The rich diversity of pollinator species in Brazil and their role in agriculture are important issues that should be investigated using robust data analysis techniques, including techniques facilitated by technology. Understanding the role of bees is particularly important because this group of pollinators contributes to the pollination of many crop species.

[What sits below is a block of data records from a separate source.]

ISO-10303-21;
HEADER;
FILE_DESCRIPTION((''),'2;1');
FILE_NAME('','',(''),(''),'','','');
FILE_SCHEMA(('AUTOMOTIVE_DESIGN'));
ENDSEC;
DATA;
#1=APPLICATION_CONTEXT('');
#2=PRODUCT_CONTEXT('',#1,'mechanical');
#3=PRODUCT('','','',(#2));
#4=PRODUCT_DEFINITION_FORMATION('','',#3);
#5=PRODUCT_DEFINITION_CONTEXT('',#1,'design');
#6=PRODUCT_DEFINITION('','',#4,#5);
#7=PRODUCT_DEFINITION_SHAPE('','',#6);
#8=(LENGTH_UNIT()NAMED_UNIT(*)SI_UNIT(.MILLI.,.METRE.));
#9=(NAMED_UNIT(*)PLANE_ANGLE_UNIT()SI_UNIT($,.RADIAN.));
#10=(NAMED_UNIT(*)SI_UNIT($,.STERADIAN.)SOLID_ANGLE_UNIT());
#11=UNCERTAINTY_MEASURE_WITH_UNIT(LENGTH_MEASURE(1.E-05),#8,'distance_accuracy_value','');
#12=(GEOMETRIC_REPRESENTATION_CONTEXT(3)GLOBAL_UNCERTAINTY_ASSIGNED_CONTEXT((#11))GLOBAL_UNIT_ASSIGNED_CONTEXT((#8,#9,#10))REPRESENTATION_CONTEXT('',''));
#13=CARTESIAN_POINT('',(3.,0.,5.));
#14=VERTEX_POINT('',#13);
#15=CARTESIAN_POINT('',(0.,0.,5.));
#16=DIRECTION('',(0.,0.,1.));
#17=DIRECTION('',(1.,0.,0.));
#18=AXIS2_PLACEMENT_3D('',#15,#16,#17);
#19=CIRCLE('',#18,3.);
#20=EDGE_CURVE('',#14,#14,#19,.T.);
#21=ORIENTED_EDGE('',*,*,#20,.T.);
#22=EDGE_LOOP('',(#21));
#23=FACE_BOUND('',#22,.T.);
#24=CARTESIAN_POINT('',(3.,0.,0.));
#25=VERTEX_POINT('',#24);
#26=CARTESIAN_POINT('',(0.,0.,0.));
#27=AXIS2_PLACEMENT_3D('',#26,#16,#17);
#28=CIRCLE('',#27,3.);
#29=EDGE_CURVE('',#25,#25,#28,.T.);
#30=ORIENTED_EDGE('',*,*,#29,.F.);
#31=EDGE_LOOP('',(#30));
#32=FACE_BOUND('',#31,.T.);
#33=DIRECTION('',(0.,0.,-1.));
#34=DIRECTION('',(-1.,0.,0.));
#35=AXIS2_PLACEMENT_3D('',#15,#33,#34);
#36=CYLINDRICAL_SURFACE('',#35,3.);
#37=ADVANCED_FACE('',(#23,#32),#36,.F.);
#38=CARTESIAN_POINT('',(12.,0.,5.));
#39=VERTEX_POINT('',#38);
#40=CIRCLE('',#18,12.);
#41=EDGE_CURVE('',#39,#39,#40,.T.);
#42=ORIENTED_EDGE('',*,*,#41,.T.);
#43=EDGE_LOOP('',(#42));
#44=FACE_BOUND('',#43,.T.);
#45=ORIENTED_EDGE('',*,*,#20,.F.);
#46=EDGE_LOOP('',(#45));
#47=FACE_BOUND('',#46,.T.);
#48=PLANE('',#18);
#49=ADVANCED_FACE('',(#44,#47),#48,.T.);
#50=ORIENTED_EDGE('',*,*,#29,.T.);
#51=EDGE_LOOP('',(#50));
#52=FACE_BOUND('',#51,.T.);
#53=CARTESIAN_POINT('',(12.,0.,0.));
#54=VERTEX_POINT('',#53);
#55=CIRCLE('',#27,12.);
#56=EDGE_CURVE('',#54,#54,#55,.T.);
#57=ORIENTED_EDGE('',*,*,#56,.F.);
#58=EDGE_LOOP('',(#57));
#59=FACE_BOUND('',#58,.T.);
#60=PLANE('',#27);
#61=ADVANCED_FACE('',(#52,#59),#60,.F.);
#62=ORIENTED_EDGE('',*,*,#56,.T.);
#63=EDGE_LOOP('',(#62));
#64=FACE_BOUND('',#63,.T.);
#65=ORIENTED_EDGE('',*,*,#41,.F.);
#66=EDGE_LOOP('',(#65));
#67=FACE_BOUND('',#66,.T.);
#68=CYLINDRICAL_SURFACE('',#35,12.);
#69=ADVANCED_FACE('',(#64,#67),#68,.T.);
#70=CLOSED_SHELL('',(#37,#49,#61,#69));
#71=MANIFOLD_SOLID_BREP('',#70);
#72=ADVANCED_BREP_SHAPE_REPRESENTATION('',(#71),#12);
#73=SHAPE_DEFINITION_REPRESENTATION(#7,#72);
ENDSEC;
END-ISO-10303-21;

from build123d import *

# Parameters (mm, degrees)
SKETCH_1_R      = 12
SKETCH_1_R_2    = 3
EXTRUDE_1_DEPTH = 5


with BuildPart() as part:
    # 草图1 → 凸台-拉伸1 (new body)
    with BuildSketch(Plane.XY):
        Circle(SKETCH_1_R)
        Circle(SKETCH_1_R_2, mode=Mode.SUBTRACT)
    extrude(amount=EXTRUDE_1_DEPTH)


solid = part.part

Additional research is required to understand the total diversity and individual roles of pollinator species in Brazil. A database on pollinator-plant interaction can be of high value to increase our understanding and can contribute to the development of public policies to protect species and their habitats. Such database can grow faster and be more robust if it is developed collaboratively. For example, the Global Pollination Project, under the guidance of Food and Agriculture Organization (FAO), United Nations Environment Programme (UNEP), and Global Environment Facilities (GEF), is already collecting pollinator interaction data from the literature and field surveys for agricultural crops. This support could be crucial to global initiatives such as The Intergovernmental Science-Policy Platform on Biodiversity and Ecosystem Services (IPBES) that has established a task force to develop a first global assessment on pollinators. Thus, the compilation of data on crop pollinators, as suggested here, could provide a snapshot of the current situation of data on this subject of critical importance.